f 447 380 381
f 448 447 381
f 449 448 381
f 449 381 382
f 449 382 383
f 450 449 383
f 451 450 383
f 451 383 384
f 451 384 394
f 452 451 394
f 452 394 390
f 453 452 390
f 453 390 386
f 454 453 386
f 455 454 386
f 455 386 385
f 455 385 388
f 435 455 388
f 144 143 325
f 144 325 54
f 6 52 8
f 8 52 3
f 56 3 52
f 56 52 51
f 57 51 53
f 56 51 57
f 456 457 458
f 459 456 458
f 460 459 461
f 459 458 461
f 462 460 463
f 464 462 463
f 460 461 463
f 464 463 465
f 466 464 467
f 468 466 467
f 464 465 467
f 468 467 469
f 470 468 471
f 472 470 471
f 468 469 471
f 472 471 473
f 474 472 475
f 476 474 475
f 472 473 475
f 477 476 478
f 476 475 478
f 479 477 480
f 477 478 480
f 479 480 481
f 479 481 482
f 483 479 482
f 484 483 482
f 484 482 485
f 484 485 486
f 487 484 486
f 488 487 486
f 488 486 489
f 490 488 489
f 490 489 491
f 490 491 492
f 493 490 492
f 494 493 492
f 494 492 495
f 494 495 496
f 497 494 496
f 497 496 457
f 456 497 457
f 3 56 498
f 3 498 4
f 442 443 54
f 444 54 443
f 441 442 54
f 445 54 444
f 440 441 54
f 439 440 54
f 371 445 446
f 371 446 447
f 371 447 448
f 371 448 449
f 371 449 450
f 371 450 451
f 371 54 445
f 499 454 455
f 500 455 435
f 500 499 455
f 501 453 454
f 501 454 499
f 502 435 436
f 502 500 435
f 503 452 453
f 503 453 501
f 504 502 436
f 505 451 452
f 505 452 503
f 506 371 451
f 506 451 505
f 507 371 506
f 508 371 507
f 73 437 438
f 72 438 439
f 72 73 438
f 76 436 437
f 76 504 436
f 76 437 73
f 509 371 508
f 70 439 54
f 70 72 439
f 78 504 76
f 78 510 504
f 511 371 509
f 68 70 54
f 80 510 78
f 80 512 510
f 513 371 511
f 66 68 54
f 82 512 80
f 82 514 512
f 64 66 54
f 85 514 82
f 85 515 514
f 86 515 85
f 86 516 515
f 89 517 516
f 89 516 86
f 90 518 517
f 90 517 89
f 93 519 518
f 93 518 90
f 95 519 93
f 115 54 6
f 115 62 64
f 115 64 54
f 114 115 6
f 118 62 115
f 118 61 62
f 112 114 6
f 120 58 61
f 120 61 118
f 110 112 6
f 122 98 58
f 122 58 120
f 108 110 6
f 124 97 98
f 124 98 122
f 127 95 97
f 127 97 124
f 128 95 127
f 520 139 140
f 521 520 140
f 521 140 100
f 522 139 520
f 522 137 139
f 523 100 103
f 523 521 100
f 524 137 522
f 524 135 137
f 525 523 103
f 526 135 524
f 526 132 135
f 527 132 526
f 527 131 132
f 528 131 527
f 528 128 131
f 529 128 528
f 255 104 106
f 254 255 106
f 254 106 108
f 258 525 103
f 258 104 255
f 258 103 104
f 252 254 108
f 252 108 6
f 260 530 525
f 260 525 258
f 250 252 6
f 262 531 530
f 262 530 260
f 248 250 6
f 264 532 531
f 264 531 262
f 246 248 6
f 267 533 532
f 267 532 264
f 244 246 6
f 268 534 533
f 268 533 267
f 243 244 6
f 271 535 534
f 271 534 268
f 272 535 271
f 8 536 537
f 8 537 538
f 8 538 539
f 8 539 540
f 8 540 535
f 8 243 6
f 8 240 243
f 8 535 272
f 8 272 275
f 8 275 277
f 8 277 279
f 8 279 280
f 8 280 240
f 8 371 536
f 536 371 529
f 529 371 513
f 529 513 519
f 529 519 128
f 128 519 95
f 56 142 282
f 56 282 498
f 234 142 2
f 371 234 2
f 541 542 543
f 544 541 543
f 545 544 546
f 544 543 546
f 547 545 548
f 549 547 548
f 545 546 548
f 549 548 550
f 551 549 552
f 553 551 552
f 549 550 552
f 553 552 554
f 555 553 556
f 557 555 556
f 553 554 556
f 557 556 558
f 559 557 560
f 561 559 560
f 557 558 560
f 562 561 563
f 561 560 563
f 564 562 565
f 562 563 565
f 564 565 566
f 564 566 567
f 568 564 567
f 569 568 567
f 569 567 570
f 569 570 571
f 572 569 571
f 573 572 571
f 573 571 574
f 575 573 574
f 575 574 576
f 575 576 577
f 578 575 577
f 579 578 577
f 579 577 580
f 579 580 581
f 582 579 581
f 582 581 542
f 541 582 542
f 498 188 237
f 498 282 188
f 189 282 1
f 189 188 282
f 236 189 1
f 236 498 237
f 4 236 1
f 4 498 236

# Aim of the task
Each record above is to be given again without any change to its wording.

# Reply
f 447 380 381
f 448 447 381
f 449 448 381
f 449 381 382
f 449 382 383
f 450 449 383
f 451 450 383
f 451 383 384
f 451 384 394
f 452 451 394
f 452 394 390
f 453 452 390
f 453 390 386
f 454 453 386
f 455 454 386
f 455 386 385
f 455 385 388
f 435 455 388
f 144 143 325
f 144 325 54
f 6 52 8
f 8 52 3
f 56 3 52
f 56 52 51
f 57 51 53
f 56 51 57
f 456 457 458
f 459 456 458
f 460 459 461
f 459 458 461
f 462 460 463
f 464 462 463
f 460 461 463
f 464 463 465
f 466 464 467
f 468 466 467
f 464 465 467
f 468 467 469
f 470 468 471
f 472 470 471
f 468 469 471
f 472 471 473
f 474 472 475
f 476 474 475
f 472 473 475
f 477 476 478
f 476 475 478
f 479 477 480
f 477 478 480
f 479 480 481
f 479 481 482
f 483 479 482
f 484 483 482
f 484 482 485
f 484 485 486
f 487 484 486
f 488 487 486
f 488 486 489
f 490 488 489
f 490 489 491
f 490 491 492
f 493 490 492
f 494 493 492
f 494 492 495
f 494 495 496
f 497 494 496
f 497 496 457
f 456 497 457
f 3 56 498
f 3 498 4
f 442 443 54
f 444 54 443
f 441 442 54
f 445 54 444
f 440 441 54
f 439 440 54
f 371 445 446
f 371 446 447
f 371 447 448
f 371 448 449
f 371 449 450
f 371 450 451
f 371 54 445
f 499 454 455
f 500 455 435
f 500 499 455
f 501 453 454
f 501 454 499
f 502 435 436
f 502 500 435
f 503 452 453
f 503 453 501
f 504 502 436
f 505 451 452
f 505 452 503
f 506 371 451
f 506 451 505
f 507 371 506
f 508 371 507
f 73 437 438
f 72 438 439
f 72 73 438
f 76 436 437
f 76 504 436
f 76 437 73
f 509 371 508
f 70 439 54
f 70 72 439
f 78 504 76
f 78 510 504
f 511 371 509
f 68 70 54
f 80 510 78
f 80 512 510
f 513 371 511
f 66 68 54
f 82 512 80
f 82 514 512
f 64 66 54
f 85 514 82
f 85 515 514
f 86 515 85
f 86 516 515
f 89 517 516
f 89 516 86
f 90 518 517
f 90 517 89
f 93 519 518
f 93 518 90
f 95 519 93
f 115 54 6
f 115 62 64
f 115 64 54
f 114 115 6
f 118 62 115
f 118 61 62
f 112 114 6
f 120 58 61
f 120 61 118
f 110 112 6
f 122 98 58
f 122 58 120
f 108 110 6
f 124 97 98
f 124 98 122
f 127 95 97
f 127 97 124
f 128 95 127
f 520 139 140
f 521 520 140
f 521 140 100
f 522 139 520
f 522 137 139
f 523 100 103
f 523 521 100
f 524 137 522
f 524 135 137
f 525 523 103
f 526 135 524
f 526 132 135
f 527 132 526
f 527 131 132
f 528 131 527
f 528 128 131
f 529 128 528
f 255 104 106
f 254 255 106
f 254 106 108
f 258 525 103
f 258 104 255
f 258 103 104
f 252 254 108
f 252 108 6
f 260 530 525
f 260 525 258
f 250 252 6
f 262 531 530
f 262 530 260
f 248 250 6
f 264 532 531
f 264 531 262
f 246 248 6
f 267 533 532
f 267 532 264
f 244 246 6
f 268 534 533
f 268 533 267
f 243 244 6
f 271 535 534
f 271 534 268
f 272 535 271
f 8 536 537
f 8 537 538
f 8 538 539
f 8 539 540
f 8 540 535
f 8 243 6
f 8 240 243
f 8 535 272
f 8 272 275
f 8 275 277
f 8 277 279
f 8 279 280
f 8 280 240
f 8 371 536
f 536 371 529
f 529 371 513
f 529 513 519
f 529 519 128
f 128 519 95
f 56 142 282
f 56 282 498
f 234 142 2
f 371 234 2
f 541 542 543
f 544 541 543
f 545 544 546
f 544 543 546
f 547 545 548
f 549 547 548
f 545 546 548
f 549 548 550
f 551 549 552
f 553 551 552
f 549 550 552
f 553 552 554
f 555 553 556
f 557 555 556
f 553 554 556
f 557 556 558
f 559 557 560
f 561 559 560
f 557 558 560
f 562 561 563
f 561 560 563
f 564 562 565
f 562 563 565
f 564 565 566
f 564 566 567
f 568 564 567
f 569 568 567
f 569 567 570
f 569 570 571
f 572 569 571
f 573 572 571
f 573 571 574
f 575 573 574
f 575 574 576
f 575 576 577
f 578 575 577
f 579 578 577
f 579 577 580
f 579 580 581
f 582 579 581
f 582 581 542
f 541 582 542
f 498 188 237
f 498 282 188
f 189 282 1
f 189 188 282
f 236 189 1
f 236 498 237
f 4 236 1
f 4 498 236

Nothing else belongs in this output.